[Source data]
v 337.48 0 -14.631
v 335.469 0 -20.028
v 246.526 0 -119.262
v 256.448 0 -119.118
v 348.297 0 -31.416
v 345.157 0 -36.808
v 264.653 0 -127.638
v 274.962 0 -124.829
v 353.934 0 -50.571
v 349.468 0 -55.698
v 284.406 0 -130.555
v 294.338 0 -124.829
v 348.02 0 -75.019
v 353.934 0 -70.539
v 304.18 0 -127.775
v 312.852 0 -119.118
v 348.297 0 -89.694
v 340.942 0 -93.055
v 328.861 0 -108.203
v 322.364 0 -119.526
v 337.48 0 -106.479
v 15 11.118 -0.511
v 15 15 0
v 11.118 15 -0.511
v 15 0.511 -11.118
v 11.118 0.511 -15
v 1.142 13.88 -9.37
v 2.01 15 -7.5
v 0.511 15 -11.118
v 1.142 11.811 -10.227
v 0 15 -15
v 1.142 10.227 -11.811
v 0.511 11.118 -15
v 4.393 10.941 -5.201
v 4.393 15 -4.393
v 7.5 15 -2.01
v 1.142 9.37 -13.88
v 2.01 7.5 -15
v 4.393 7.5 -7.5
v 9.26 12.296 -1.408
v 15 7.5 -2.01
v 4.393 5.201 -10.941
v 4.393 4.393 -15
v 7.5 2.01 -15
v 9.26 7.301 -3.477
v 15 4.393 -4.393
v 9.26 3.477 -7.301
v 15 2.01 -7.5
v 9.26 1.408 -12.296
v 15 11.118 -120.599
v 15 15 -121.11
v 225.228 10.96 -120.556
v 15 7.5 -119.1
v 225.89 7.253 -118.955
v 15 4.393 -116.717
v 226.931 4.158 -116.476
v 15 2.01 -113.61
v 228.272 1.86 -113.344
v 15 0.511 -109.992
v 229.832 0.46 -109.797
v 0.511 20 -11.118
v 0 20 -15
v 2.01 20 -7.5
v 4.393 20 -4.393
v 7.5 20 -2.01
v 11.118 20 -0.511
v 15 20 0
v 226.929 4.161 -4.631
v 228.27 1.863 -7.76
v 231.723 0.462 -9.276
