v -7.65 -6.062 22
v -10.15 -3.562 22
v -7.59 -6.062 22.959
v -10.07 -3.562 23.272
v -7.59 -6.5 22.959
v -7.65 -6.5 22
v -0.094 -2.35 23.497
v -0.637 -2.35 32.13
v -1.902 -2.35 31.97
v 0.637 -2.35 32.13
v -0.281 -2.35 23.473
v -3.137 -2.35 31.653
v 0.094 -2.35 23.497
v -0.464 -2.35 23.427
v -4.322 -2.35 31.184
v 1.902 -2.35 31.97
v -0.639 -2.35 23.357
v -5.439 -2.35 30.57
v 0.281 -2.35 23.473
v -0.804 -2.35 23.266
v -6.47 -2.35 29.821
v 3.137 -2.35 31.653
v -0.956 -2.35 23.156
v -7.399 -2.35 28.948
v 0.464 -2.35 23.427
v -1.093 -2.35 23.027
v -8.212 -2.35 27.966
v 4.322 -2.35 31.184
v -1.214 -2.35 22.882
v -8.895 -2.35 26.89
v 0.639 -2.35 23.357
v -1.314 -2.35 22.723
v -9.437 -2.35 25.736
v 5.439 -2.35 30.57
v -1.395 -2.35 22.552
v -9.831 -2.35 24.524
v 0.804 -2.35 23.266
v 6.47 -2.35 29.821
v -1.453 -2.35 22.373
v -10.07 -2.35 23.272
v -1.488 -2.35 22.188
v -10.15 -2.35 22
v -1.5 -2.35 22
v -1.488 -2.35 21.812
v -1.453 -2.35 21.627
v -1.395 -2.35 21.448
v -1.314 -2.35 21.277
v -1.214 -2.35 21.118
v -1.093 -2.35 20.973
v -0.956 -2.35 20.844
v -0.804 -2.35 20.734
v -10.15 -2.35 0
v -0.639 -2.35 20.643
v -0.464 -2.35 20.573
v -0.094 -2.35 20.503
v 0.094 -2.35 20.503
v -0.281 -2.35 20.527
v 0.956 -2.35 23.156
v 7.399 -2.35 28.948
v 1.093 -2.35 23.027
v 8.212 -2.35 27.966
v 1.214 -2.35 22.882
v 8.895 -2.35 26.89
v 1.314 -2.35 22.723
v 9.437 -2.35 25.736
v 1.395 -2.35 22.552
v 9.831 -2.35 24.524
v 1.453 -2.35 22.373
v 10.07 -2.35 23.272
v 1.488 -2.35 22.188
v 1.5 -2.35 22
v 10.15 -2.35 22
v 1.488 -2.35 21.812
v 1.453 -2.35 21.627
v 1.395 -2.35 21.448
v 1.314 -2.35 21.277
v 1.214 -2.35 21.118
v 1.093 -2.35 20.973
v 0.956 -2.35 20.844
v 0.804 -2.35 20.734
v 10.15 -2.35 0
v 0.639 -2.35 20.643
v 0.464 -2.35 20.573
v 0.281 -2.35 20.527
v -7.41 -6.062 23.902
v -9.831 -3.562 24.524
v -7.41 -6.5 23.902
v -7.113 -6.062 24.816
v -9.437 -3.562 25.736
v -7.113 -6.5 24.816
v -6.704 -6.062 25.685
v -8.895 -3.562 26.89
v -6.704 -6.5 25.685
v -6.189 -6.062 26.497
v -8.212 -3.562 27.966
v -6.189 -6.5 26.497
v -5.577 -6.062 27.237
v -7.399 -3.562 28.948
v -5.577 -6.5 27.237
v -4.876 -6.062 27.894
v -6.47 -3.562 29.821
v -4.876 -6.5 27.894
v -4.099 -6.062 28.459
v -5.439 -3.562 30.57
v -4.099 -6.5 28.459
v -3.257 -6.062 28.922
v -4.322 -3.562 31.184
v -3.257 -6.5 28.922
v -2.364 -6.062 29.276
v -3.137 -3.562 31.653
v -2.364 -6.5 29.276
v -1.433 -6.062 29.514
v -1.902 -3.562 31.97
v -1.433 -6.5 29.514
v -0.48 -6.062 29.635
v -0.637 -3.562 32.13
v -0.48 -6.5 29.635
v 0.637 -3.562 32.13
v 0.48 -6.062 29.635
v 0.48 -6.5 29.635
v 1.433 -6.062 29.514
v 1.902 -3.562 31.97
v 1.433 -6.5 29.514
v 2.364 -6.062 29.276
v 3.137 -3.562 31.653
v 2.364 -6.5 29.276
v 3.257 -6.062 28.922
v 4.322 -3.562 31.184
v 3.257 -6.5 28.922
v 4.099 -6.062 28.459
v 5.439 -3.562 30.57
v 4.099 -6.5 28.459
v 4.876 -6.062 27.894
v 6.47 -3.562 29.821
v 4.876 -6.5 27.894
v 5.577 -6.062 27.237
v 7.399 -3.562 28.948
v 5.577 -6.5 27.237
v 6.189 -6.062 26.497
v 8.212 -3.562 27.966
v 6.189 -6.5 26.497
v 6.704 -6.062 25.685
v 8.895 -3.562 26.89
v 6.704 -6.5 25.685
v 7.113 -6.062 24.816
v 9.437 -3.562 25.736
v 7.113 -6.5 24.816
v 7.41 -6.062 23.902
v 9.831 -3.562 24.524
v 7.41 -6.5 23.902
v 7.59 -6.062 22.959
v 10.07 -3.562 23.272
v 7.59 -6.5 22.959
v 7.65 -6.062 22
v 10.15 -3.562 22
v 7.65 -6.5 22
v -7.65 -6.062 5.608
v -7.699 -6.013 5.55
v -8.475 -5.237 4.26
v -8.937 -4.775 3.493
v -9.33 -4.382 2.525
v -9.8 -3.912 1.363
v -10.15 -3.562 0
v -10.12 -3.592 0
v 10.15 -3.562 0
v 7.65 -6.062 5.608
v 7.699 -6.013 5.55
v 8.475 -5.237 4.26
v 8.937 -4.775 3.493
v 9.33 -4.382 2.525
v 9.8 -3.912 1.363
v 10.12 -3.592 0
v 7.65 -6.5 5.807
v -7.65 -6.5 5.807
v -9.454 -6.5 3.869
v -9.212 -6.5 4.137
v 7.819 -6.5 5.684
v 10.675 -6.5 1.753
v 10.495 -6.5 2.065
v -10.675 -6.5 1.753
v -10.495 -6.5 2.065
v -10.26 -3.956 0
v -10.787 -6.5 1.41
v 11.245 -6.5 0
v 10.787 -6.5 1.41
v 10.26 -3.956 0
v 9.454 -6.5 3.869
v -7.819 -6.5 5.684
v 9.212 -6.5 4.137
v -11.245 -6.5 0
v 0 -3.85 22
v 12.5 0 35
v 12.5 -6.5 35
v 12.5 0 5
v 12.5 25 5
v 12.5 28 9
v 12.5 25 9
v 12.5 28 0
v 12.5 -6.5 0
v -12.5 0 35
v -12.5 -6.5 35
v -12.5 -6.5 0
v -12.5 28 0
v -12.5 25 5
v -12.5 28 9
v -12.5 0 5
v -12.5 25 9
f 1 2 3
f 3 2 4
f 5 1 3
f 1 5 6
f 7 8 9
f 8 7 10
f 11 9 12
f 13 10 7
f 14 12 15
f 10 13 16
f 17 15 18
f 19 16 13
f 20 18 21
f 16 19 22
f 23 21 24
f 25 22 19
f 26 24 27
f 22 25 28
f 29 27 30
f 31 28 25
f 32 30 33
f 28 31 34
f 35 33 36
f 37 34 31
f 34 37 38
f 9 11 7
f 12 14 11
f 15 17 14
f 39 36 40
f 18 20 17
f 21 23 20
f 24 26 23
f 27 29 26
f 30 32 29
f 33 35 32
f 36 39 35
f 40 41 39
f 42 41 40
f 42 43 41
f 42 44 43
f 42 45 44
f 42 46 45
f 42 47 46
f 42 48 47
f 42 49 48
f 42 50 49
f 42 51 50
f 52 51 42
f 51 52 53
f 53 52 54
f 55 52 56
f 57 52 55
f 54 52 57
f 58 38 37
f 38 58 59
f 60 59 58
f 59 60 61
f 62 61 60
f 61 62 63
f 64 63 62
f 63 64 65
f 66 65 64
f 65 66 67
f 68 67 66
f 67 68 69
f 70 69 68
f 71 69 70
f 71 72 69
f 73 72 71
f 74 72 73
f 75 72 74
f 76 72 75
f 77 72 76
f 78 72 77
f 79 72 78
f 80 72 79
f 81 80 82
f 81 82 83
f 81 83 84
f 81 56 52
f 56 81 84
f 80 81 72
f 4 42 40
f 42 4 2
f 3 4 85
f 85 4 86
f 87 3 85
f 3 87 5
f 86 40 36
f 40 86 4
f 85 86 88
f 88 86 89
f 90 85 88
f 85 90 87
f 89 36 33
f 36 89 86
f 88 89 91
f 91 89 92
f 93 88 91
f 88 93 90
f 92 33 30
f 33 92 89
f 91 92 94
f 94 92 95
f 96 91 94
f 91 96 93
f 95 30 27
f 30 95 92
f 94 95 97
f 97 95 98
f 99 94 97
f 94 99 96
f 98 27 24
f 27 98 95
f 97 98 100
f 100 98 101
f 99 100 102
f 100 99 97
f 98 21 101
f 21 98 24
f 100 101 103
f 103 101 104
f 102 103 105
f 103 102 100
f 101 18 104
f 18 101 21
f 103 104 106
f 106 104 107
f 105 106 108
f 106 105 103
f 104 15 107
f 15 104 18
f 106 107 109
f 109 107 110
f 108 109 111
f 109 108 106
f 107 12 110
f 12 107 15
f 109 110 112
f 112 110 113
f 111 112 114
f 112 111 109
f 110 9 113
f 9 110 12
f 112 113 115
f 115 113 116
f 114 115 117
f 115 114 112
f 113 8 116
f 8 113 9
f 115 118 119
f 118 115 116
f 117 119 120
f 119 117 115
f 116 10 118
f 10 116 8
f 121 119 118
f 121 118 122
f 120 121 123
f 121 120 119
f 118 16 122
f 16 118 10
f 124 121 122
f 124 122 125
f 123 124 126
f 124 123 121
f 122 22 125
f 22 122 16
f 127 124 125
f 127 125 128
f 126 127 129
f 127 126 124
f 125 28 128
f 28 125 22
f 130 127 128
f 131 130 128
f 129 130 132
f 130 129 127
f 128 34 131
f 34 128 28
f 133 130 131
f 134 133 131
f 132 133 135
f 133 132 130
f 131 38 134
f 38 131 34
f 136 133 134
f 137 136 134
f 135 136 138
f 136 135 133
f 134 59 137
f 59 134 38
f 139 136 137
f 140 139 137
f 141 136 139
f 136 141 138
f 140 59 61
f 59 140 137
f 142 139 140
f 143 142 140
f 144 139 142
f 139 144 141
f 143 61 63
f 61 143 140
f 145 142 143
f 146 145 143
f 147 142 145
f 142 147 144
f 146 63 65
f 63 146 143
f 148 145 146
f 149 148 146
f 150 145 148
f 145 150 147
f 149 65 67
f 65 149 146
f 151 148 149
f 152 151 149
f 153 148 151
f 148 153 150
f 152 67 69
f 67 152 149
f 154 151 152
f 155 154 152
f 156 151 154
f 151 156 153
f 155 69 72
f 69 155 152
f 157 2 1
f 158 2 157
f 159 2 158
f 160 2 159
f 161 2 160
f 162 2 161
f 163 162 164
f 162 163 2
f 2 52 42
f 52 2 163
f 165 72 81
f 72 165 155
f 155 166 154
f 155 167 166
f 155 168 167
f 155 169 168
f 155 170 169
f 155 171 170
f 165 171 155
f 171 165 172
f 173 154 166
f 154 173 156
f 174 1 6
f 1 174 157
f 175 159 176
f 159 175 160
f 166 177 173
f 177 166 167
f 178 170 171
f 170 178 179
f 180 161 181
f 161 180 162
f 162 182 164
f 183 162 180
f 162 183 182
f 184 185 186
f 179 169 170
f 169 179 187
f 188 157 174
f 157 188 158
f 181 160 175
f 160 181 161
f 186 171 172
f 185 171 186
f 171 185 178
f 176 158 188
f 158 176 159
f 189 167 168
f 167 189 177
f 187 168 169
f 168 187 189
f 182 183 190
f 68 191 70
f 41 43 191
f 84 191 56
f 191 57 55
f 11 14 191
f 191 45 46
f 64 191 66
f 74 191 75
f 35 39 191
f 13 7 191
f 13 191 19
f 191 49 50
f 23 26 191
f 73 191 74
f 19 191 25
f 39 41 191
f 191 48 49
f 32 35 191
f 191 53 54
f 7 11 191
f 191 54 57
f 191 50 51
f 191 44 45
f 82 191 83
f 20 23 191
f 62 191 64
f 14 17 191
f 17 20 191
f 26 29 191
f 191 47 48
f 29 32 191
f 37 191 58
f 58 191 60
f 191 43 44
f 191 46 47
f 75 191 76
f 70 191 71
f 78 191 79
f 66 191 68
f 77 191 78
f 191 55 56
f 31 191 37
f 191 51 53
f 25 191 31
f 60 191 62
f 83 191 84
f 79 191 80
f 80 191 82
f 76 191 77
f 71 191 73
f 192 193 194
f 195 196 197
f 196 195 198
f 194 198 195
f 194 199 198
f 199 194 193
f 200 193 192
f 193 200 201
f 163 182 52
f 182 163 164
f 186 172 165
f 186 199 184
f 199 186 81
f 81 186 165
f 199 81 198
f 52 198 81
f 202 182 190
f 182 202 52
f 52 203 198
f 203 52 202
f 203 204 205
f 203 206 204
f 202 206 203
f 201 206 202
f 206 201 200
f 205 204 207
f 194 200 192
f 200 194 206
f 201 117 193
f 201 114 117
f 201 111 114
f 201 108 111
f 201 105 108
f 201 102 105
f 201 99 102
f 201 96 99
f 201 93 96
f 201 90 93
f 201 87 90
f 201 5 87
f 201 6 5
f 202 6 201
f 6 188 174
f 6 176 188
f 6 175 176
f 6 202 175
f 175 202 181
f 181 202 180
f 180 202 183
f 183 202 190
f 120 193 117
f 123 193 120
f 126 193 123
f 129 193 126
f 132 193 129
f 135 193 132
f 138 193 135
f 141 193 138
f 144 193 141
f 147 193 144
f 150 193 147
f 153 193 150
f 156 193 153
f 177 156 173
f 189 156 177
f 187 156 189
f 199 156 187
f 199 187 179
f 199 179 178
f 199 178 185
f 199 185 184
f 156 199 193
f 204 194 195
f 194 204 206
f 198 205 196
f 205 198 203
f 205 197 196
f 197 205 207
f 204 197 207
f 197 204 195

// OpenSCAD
/*Created by Andy Levesque
Credit to @David D on Printables and Jonathan at Keep Making for Multiconnect and Multiboard, respectively
Licensed Creative Commons 4.0 Attribution Non-Commercial Sharable with Attribution
*/

/* [Standard Parameters] */
hookWidth = 25;
hookInternalDepth = 25;
hookLipHeight = 4;
hookStyle = "standard"; // ["standard", "round"]
hookQuantity = 1;

/*[Additional Customization]*/
hookLipThickness = 3;
hookBottomThickness = 5;
backHeight = 35;
hookSpacing = 20;


/*[Slot Customization]*/
//Distance between Multiconnect slots on the back (25mm is standard for MultiBoard)
distanceBetweenSlots = 25;
//QuickRelease removes the small indent in the top of the slots that lock the part into place
slotQuickRelease = false;
//Dimple scale tweaks the size of the dimple in the slot for printers that need a larger dimple to print correctly
dimpleScale = 1; //[0.5:.05:1.5]
//Scale the size of slots in the back (1.015 scale is default for a tight fit. Increase if your finding poor fit. )
slotTolerance = 1.00; //[0.925:0.005:1.075]
//Move the slot in (positive) or out (negative)
slotDepthMicroadjustment = 0; //[-.5:0.05:.5]
//enable a slot on-ramp for easy mounting of tall items
onRampEnabled = true;
//frequency of slots for on-ramp. 1 = every slot; 2 = every 2 slots; etc.
onRampEveryXSlots = 1;


/*[Hidden]*/
hookOverallWidth = hookWidth * hookQuantity + hookSpacing * (hookQuantity - 1);
backWidth = max(distanceBetweenSlots,hookOverallWidth);

//Hook
union(){
    //back
    translate(v = [-backWidth/2,0,0]) 
        multiconnectBack(backWidth = backWidth, backHeight = backHeight, distanceBetweenSlots = distanceBetweenSlots);
 
    for (i=[0:hookQuantity-1]){
        if (hookStyle == "standard") {
            translate([-backWidth/2 + i*hookSpacing + i*hookWidth + hookWidth/2,0,0]) 
                hookStandard(hookWidth, hookInternalDepth, hookLipThickness, hookBottomThickness);
        } else if (hookStyle == "round") {

            // This slices the bottom off the rounded hook so it can print cleanly
            difference(){
                translate([-backWidth/2 + i*hookSpacing + i*hookWidth + hookWidth/2,0,-1]) {
                    roundedHook(hookInternalDepth, hookWidth, hookLipHeight);
                }
                translate([-backWidth/2,0,-10]) cube(size=[backWidth, hookInternalDepth + hookWidth,10]);
            }
        }
    }
}

//BEGIN MODULES
//Standard Hook
module hookStandard(hookWidth, hookInternalDepth, hookLipThickness, hookBottomThickness) 
{
    union() {
        //hook base
        translate(v = [-hookWidth/2,0,0]) 
            cube(size = [hookWidth,hookInternalDepth+hookLipThickness,hookBottomThickness]);
        //hook lip
        translate(v = [-hookWidth/2,hookInternalDepth,0]) 
            cube(size = [hookWidth,hookLipThickness,hookLipHeight+hookBottomThickness]);
    }
}

// Single rounded hook
module roundedHook(hookInternalDepth, hookWidth, hookLipHeight) {
    // length
        translate(v = [0, hookInternalDepth, hookWidth/2])
    rotate([90,0,0]) 
    linear_extrude(hookInternalDepth) circle(hookWidth/2);

    // curve
    translate([0,hookInternalDepth,hookWidth])
    rotate([0,90,0])
    rotate_extrude(angle=90)
    translate([hookWidth/2,0,0])
    circle(hookWidth/2);
       
    //curve 
            translate([0,hookInternalDepth + hookWidth/2,hookWidth])
    cylinder(h = hookLipHeight - hookWidth/2, r = hookWidth/2);

    // hook end
    translate([0,hookInternalDepth + hookWidth/2, hookWidth/2 + hookLipHeight])
    sphere(r = hookWidth/2);

}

Exercise objective: Your job is to print exactly the lines that run from the top of the entries through the line with "v 312.852 0 -119.118", and no others.

Answer to the exercise:
v 337.48 0 -14.631
v 335.469 0 -20.028
v 246.526 0 -119.262
v 256.448 0 -119.118
v 348.297 0 -31.416
v 345.157 0 -36.808
v 264.653 0 -127.638
v 274.962 0 -124.829
v 353.934 0 -50.571
v 349.468 0 -55.698
v 284.406 0 -130.555
v 294.338 0 -124.829
v 348.02 0 -75.019
v 353.934 0 -70.539
v 304.18 0 -127.775
v 312.852 0 -119.118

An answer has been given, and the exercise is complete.